An Analysis of Pennsylvania's Government Cybersecurity, Leaking Public APIs, and the Urgent Need for a Digital Transformation of Our Civic Infrastructure.

Let's talk about a problem that’s been nagging at me. It’s one of those slow-burn issues that sits in the back of your mind until one day, it flashes into sharp focus. For me, that day was a few weeks ago.

Tired of This Recurring Problem

I was trying to look up some information on the Pennsylvania Attorney General's website. Standard stuff. But I hit a 404. Then a timeout. Then a server error. My first thought, like any of us in the field, was probably the same as yours: routine maintenance, a server reboot, maybe a clumsy 'push to prod' on a Friday afternoon. We've all been there. I closed the tab and figured I’d check back later.

But "later" came and went. A full day passed, and the site was still dark. That’s when the professional curiosity turned into civic concern. A quick search brought up the news: the entire network for the state's top cops hadn't just tripped over a power cord; it had been taken hostage by a ransomware attack.

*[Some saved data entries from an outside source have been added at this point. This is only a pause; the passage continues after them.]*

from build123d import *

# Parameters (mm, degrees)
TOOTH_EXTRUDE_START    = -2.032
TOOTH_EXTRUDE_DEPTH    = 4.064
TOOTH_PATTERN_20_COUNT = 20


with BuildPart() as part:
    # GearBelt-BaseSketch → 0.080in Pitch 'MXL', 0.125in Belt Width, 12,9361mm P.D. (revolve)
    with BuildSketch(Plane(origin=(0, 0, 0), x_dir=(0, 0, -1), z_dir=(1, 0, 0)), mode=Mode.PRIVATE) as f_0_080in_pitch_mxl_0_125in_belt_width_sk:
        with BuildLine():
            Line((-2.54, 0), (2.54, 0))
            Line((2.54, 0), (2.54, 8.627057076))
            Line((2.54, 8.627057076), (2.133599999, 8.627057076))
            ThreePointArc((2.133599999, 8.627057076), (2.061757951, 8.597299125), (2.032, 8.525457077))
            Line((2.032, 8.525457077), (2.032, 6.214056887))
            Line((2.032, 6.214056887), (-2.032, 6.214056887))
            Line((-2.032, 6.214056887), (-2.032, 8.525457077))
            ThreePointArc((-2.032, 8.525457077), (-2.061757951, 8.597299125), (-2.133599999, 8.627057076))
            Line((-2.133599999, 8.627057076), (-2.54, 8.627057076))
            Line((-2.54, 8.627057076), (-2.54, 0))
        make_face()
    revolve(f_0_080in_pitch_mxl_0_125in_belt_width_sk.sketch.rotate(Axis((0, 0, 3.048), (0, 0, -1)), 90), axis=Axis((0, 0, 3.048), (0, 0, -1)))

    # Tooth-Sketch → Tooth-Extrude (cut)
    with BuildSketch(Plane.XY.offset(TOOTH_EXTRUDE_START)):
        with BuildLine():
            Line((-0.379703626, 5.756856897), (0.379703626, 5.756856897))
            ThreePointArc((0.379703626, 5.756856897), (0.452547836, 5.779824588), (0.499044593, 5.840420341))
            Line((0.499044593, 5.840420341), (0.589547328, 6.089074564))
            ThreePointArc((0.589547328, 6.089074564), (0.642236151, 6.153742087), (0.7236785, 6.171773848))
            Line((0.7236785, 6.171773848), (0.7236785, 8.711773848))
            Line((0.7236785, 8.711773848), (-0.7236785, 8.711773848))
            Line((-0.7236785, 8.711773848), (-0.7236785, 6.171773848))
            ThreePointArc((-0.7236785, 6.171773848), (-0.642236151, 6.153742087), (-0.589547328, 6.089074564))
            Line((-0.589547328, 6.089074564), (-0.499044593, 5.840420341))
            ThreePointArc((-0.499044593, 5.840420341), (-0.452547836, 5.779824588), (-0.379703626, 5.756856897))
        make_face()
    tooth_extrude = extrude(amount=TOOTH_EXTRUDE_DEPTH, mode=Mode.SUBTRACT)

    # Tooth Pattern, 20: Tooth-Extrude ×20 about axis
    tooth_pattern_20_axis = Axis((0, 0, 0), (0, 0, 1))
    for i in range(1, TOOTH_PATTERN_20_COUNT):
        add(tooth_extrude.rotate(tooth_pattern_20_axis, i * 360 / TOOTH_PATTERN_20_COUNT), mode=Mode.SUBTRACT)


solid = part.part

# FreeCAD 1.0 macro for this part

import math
import FreeCAD as App
import Part
import Sketcher
Q = App.Units.Quantity

doc = App.newDocument("Part")
params = doc.addObject("Spreadsheet::Sheet", "Params")
for row, (alias, value) in enumerate([
    ("sketch1_height", "0.2 in"),
    ("sketch1_radius", "0.004 in"),
    ("sketch1_height2", "0.16 in"),
    ("sketch1_width", "0.091 in"),
    ("revolution_angle", "360 deg"),
    ("sketch2_height", "0.1 in"),
    ("sketch2_radius", "0.005 in"),
    ("pocket1_length", "0.16 in"),
], start=1):
    params.set(f"A{row}", alias)
    params.set(f"B{row}", "=" + value)
    params.setAlias(f"B{row}", alias)

body = doc.addObject("PartDesign::Body", "Body")

# Sketch on YZ plane
sketch1 = body.newObject("Sketcher::SketchObject", "Sketch")
sketch1.AttachmentSupport = (doc.getObject("YZ_Plane"), [""])
sketch1.MapMode = "FlatFace"
sketch1.addGeometry([
    Part.LineSegment(App.Vector(0, 2.54, 0), App.Vector(0, -2.54, 0)),  # 0
    Part.LineSegment(App.Vector(0, -2.54, 0), App.Vector(8.63, -2.54, 0)),  # 1
    Part.LineSegment(App.Vector(8.63, -2.54, 0), App.Vector(8.63, -2.13, 0)),  # 2
    Part.ArcOfCircle(Part.Circle(App.Vector(8.53, -2.13, 0), App.Vector(0, 0, 1), 0.1), math.radians(0), math.radians(90)),  # 3
    Part.LineSegment(App.Vector(8.53, -2.03, 0), App.Vector(6.21, -2.03, 0)),  # 4
    Part.LineSegment(App.Vector(6.21, -2.03, 0), App.Vector(6.21, 2.03, 0)),  # 5
    Part.LineSegment(App.Vector(6.21, 2.03, 0), App.Vector(8.53, 2.03, 0)),  # 6
    Part.ArcOfCircle(Part.Circle(App.Vector(8.53, 2.13, 0), App.Vector(0, 0, 1), 0.1), math.radians(-90), math.radians(0)),  # 7
    Part.LineSegment(App.Vector(8.63, 2.13, 0), App.Vector(8.63, 2.54, 0)),  # 8
    Part.LineSegment(App.Vector(8.63, 2.54, 0), App.Vector(0, 2.54, 0)),  # 9
], False)
sketch1.addConstraint([
    Sketcher.Constraint("Coincident", 0, 2, 1, 1),
    Sketcher.Constraint("Coincident", 1, 2, 2, 1),
    Sketcher.Constraint("Tangent", 2, 2, 3, 1),
    Sketcher.Constraint("Tangent", 3, 2, 4, 1),
    Sketcher.Constraint("Coincident", 4, 2, 5, 1),
    Sketcher.Constraint("Coincident", 5, 2, 6, 1),
    Sketcher.Constraint("Tangent", 6, 2, 7, 1),
    Sketcher.Constraint("Tangent", 7, 2, 8, 1),
    Sketcher.Constraint("Coincident", 8, 2, 9, 1),
    Sketcher.Constraint("Coincident", 9, 2, 0, 1),
    Sketcher.Constraint("Vertical", 0),
    Sketcher.Constraint("Horizontal", 1),
    Sketcher.Constraint("Vertical", 2),
    Sketcher.Constraint("Horizontal", 4),
    Sketcher.Constraint("Vertical", 5),
    Sketcher.Constraint("Horizontal", 6),
    Sketcher.Constraint("Vertical", 8),
    Sketcher.Constraint("Horizontal", 9),
    Sketcher.Constraint("Equal", 3, 7),
    Sketcher.Constraint("Symmetric", 0, 2, 9, 2, -1, 1),
    Sketcher.Constraint("Symmetric", 3, 3, 7, 3, -1),
    Sketcher.Constraint("DistanceY", 0, 2, 0, 1, Q("0.2 in")),
    Sketcher.Constraint("Radius", 3, Q("0.004 in")),
    Sketcher.Constraint("DistanceY", 5, 1, 5, 2, Q("0.16 in")),
    Sketcher.Constraint("DistanceX", 4, 2, 4, 1, Q("0.091 in")),
    Sketcher.Constraint("DistanceX", 1, 1, 1, 2, Q("8.627057 mm")),
])
sketch1.setExpression("Constraints[21]", "Params.sketch1_height")
sketch1.setExpression("Constraints[22]", "Params.sketch1_radius")
sketch1.setExpression("Constraints[23]", "Params.sketch1_height2")
sketch1.setExpression("Constraints[24]", "Params.sketch1_width")
revolution = body.newObject("PartDesign::Revolution", "Revolution")
revolution.Profile = sketch1
revolution.ReferenceAxis = (sketch1, ["V_Axis"])
revolution.setExpression("Angle", "Params.revolution_angle")

# Sketch on XY plane
sketch2 = body.newObject("Sketcher::SketchObject", "Sketch001")
sketch2.AttachmentSupport = (doc.getObject("XY_Plane"), [""])
sketch2.MapMode = "FlatFace"
sketch2.AttachmentOffset = App.Placement(App.Vector(0, 0, -0.08 * 25.4), App.Rotation())
sketch2.addGeometry([
    Part.LineSegment(App.Vector(-0.38, 5.76, 0), App.Vector(0.38, 5.76, 0)),  # 0
    Part.ArcOfCircle(Part.Circle(App.Vector(0.38, 5.88, 0), App.Vector(0, 0, 1), 0.13), math.radians(-90), math.radians(-20)),  # 1
    Part.LineSegment(App.Vector(0.5, 5.84, 0), App.Vector(0.59, 6.09, 0)),  # 2
    Part.ArcOfCircle(Part.Circle(App.Vector(0.71, 6.05, 0), App.Vector(0, 0, 1), 0.13), math.radians(83), math.radians(160)),  # 3
    Part.LineSegment(App.Vector(0.72, 6.17, 0), App.Vector(0.72, 8.71, 0)),  # 4
    Part.LineSegment(App.Vector(0.72, 8.71, 0), App.Vector(-0.72, 8.71, 0)),  # 5
    Part.LineSegment(App.Vector(-0.72, 8.71, 0), App.Vector(-0.72, 6.17, 0)),  # 6
    Part.ArcOfCircle(Part.Circle(App.Vector(-0.71, 6.05, 0), App.Vector(0, 0, 1), 0.13), math.radians(20), math.radians(97)),  # 7
    Part.LineSegment(App.Vector(-0.59, 6.09, 0), App.Vector(-0.5, 5.84, 0)),  # 8
    Part.ArcOfCircle(Part.Circle(App.Vector(-0.38, 5.88, 0), App.Vector(0, 0, 1), 0.13), math.radians(-160), math.radians(-90)),  # 9
], False)
sketch2.addConstraint([
    Sketcher.Constraint("Tangent", 0, 2, 1, 1),
    Sketcher.Constraint("Tangent", 1, 2, 2, 1),
    Sketcher.Constraint("Tangent", 2, 2, 3, 2),
    Sketcher.Constraint("Coincident", 3, 1, 4, 1),
    Sketcher.Constraint("Coincident", 4, 2, 5, 1),
    Sketcher.Constraint("Coincident", 5, 2, 6, 1),
    Sketcher.Constraint("Coincident", 6, 2, 7, 2),
    Sketcher.Constraint("Tangent", 7, 1, 8, 1),
    Sketcher.Constraint("Tangent", 8, 2, 9, 1),
    Sketcher.Constraint("Tangent", 9, 2, 0, 1),
    Sketcher.Constraint("Horizontal", 0),
    Sketcher.Constraint("Vertical", 4),
    Sketcher.Constraint("Horizontal", 5),
    Sketcher.Constraint("Vertical", 6),
    Sketcher.Constraint("Equal", 1, 3),
    Sketcher.Constraint("Equal", 3, 7),
    Sketcher.Constraint("Equal", 7, 9),
    Sketcher.Constraint("Symmetric", 3, 3, 7, 3, -2),
    Sketcher.Constraint("Horizontal", 3, 1, 6, 2),
    Sketcher.Constraint("Horizontal", 2, 2, 7, 1),
    Sketcher.Constraint("DistanceY", 4, 1, 4, 2, Q("0.1 in")),
    Sketcher.Constraint("Angle", 2, Q("70 deg")),
    Sketcher.Constraint("Radius", 1, Q("0.005 in")),
    Sketcher.Constraint("DistanceY", 2, 2, 3, 1, Q("0.082699 mm")),
    Sketcher.Constraint("DistanceX", 0, 1, 0, 2, Q("0.759407 mm")),
    Sketcher.Constraint("DistanceX", 5, 2, 5, 1, Q("1.447357 mm")),
    Sketcher.Constraint("DistanceY", -1, 1, 3, 3, Q("6.045638 mm")),
])
sketch2.setExpression("Constraints[20]", "Params.sketch2_height")
sketch2.setExpression("Constraints[22]", "Params.sketch2_radius")
pocket1 = body.newObject("PartDesign::Pocket", "Pocket")
pocket1.Profile = sketch2
pocket1.setExpression("Length", "Params.pocket1_length")
pocket1.Reversed = True
doc.recompute()

polarpattern = body.newObject("PartDesign::PolarPattern", "PolarPattern")
polarpattern.Originals = [pocket1]
polarpattern.Axis = (doc.getObject("Z_Axis"), [""])
polarpattern.Angle = 360
polarpattern.Occurrences = 20
body.Tip = polarpattern

doc.recompute()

It wasn't just a website that was down; it was a fundamental piece of our civic infrastructure. Phones, email, the digital front door to the Commonwealth's chief law enforcement office—all of it, gone. And that’s what got me thinking. If their firewall is this porous, what does the rest of the state's network topology really look like? It feels less like a secure, modern government cloud and more like a Chernobyl or a Three Mile Island problem—a complex, aging system with hidden vulnerabilities, just waiting for the right combination of failures to cascade into a full-blown meltdown. This isn't just an IT issue; it's a crisis of public trust waiting to happen. There must be a better way.

Let's Define the Goal

This is the kind of problem we, as technology professionals, are uniquely equipped to understand and solve. It’s not about blame; it's about process. This is a classic opportunity for what I call a small-scale Digital Transformation, and it starts with analyzing the flawed upstream process that allows these things to happen in the first place.

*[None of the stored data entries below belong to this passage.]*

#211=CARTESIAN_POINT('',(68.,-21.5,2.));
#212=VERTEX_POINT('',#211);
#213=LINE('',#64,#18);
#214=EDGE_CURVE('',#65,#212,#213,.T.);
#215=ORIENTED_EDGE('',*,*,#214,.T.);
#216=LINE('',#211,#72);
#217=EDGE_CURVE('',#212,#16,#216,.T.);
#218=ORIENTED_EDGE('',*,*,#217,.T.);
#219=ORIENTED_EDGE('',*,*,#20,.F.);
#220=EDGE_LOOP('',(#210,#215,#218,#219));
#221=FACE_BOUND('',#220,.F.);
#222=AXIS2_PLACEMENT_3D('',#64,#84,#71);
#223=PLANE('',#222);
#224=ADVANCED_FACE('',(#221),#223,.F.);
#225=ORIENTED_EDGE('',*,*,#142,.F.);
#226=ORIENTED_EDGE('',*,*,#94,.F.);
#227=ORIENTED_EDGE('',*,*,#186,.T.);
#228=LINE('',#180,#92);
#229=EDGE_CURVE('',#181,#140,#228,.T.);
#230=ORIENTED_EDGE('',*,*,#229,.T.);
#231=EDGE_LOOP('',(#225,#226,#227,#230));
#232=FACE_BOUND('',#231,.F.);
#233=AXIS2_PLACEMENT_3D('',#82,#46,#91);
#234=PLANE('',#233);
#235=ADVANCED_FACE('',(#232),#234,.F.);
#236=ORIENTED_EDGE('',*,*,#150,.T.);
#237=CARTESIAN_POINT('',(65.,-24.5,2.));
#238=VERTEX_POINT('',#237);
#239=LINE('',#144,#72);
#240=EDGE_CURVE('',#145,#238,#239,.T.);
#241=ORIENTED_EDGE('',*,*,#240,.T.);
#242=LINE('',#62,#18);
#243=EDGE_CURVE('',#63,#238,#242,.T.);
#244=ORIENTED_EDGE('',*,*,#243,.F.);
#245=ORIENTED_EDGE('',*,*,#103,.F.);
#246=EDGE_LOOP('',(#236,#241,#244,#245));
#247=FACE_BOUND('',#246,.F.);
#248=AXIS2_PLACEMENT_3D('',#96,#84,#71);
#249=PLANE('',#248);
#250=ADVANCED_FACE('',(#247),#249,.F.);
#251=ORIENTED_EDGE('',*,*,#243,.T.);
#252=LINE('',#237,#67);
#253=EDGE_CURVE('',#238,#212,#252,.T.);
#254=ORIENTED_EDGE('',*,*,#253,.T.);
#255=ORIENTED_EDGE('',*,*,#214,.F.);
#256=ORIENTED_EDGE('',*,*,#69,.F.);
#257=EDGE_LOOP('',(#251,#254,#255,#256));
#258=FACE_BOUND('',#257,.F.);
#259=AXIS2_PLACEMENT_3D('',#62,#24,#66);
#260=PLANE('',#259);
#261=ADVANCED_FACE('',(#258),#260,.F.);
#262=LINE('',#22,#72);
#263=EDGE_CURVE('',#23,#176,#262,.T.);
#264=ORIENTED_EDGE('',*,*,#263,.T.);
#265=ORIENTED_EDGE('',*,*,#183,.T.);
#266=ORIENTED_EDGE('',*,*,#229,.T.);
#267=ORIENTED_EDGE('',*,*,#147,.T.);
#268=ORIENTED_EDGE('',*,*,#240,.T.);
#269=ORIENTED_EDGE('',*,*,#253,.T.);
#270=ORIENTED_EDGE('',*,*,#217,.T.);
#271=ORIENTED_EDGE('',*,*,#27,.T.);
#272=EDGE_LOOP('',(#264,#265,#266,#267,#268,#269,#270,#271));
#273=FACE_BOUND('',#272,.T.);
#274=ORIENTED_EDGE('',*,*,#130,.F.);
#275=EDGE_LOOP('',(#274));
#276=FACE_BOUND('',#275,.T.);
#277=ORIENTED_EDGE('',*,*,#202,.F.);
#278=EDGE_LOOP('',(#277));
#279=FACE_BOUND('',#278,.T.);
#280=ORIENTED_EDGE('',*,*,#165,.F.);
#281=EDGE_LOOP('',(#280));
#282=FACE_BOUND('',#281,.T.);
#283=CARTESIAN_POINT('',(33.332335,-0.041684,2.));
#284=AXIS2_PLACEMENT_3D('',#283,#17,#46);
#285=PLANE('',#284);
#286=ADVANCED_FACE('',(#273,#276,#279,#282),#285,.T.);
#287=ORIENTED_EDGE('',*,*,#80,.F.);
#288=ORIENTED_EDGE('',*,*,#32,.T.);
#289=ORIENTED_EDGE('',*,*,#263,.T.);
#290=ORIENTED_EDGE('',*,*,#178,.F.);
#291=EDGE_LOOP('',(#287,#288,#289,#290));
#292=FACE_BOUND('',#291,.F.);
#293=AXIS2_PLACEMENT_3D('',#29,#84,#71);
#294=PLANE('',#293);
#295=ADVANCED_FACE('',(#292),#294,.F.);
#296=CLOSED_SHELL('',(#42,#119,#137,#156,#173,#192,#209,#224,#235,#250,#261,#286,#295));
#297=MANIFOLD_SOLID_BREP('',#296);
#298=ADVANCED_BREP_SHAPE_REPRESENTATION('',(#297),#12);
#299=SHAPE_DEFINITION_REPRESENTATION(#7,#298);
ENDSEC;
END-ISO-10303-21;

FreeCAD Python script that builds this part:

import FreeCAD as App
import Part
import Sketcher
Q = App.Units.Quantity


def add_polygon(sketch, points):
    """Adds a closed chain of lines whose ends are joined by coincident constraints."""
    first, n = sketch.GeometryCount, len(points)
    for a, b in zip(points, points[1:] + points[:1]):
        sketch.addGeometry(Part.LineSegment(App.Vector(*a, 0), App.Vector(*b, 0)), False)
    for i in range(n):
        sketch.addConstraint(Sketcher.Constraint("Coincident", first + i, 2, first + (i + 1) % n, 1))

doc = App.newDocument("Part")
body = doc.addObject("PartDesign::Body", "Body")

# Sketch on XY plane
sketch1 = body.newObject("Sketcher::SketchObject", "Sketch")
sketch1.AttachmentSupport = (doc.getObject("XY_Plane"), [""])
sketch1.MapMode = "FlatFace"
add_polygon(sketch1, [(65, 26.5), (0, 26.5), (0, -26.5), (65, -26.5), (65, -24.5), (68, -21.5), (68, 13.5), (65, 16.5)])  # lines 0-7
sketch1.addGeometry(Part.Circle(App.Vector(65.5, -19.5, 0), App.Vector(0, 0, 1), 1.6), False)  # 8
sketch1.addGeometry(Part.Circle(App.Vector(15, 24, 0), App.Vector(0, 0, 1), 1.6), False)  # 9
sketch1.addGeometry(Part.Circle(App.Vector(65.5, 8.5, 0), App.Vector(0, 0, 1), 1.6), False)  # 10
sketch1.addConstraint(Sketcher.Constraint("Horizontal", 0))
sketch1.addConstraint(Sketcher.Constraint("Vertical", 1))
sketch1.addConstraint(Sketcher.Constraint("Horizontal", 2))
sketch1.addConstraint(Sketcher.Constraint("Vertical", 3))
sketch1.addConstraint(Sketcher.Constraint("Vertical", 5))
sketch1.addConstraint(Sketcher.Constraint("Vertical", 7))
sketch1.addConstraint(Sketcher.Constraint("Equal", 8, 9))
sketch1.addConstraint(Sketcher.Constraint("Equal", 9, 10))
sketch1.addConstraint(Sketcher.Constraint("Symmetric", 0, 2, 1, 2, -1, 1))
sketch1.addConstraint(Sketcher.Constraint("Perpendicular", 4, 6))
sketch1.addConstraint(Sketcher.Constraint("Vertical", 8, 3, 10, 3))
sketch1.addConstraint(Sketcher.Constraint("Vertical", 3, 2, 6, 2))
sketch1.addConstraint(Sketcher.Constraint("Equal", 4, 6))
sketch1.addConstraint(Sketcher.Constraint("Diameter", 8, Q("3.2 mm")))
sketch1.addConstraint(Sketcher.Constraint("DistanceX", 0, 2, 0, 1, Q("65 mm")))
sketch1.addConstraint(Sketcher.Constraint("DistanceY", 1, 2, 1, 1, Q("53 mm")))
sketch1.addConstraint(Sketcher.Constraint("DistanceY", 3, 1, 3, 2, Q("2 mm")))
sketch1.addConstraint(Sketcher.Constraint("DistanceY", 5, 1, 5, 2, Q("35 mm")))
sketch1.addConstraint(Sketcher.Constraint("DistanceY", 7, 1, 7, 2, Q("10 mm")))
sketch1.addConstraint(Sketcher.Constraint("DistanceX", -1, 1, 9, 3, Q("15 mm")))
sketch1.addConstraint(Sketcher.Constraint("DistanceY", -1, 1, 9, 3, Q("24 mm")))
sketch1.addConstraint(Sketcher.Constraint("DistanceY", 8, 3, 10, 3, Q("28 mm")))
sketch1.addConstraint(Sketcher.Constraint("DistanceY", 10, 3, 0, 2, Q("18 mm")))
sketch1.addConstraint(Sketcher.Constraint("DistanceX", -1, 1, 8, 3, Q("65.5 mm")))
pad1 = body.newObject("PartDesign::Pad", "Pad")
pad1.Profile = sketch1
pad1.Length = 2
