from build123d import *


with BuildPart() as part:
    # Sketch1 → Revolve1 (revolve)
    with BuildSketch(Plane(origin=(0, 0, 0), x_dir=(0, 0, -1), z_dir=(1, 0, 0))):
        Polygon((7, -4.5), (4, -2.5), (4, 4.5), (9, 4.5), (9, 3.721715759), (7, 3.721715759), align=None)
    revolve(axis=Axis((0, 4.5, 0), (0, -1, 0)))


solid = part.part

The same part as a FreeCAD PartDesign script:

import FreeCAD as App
import Part
import Sketcher


def add_polygon(sketch, points):
    """Adds a closed chain of lines whose ends are joined by coincident constraints."""
    first, n = sketch.GeometryCount, len(points)
    for a, b in zip(points, points[1:] + points[:1]):
        sketch.addGeometry(Part.LineSegment(App.Vector(*a, 0), App.Vector(*b, 0)), False)
    for i in range(n):
        sketch.addConstraint(Sketcher.Constraint("Coincident", first + i, 2, first + (i + 1) % n, 1))

doc = App.newDocument("Part")
body = doc.addObject("PartDesign::Body", "Body")

# Sketch on YZ plane
sketch1 = body.newObject("Sketcher::SketchObject", "Sketch")
sketch1.AttachmentSupport = (doc.getObject("YZ_Plane"), [""])
sketch1.MapMode = "FlatFace"
add_polygon(sketch1, [(-2.5, -4), (-4.5, -7), (3.7, -7), (3.7, -9), (4.5, -9), (4.5, -4)])  # lines 0-5
sketch1.addConstraint(Sketcher.Constraint("Horizontal", 1))
sketch1.addConstraint(Sketcher.Constraint("Vertical", 2))
sketch1.addConstraint(Sketcher.Constraint("Horizontal", 3))
sketch1.addConstraint(Sketcher.Constraint("Vertical", 4))
sketch1.addConstraint(Sketcher.Constraint("Horizontal", 5))
sketch1.addConstraint(Sketcher.Constraint("DistanceX", 5, 2, 5, 1, 7.0))
sketch1.addConstraint(Sketcher.Constraint("DistanceY", 2, 2, 2, 1, 2.0))
sketch1.addConstraint(Sketcher.Constraint("DistanceY", 4, 1, 4, 2, 5.0))
sketch1.addConstraint(Sketcher.Constraint("DistanceY", 0, 2, -1, 1, 7.0))
sketch1.addConstraint(Sketcher.Constraint("DistanceX", 0, 2, 3, 2, 9.0))
sketch1.addConstraint(Sketcher.Constraint("DistanceX", 0, 2, -1, 1, 4.5))
sketch1.addConstraint(Sketcher.Constraint("DistanceX", 1, 1, 1, 2, 8.221716))
revolution = body.newObject("PartDesign::Revolution", "Revolution")
revolution.Profile = sketch1
revolution.ReferenceAxis = (sketch1, ["H_Axis"])
revolution.Angle = 360

doc.recompute()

The root cause isn't a single unpatched server or one employee clicking a phishing link. The real, systemic failure is how our public digital assets are perceived and managed. For decades, government IT has often been treated as a cost center, a glorified communications department responsible for "the website." It’s seen as a utility, like electricity, that you only think about when it's not working.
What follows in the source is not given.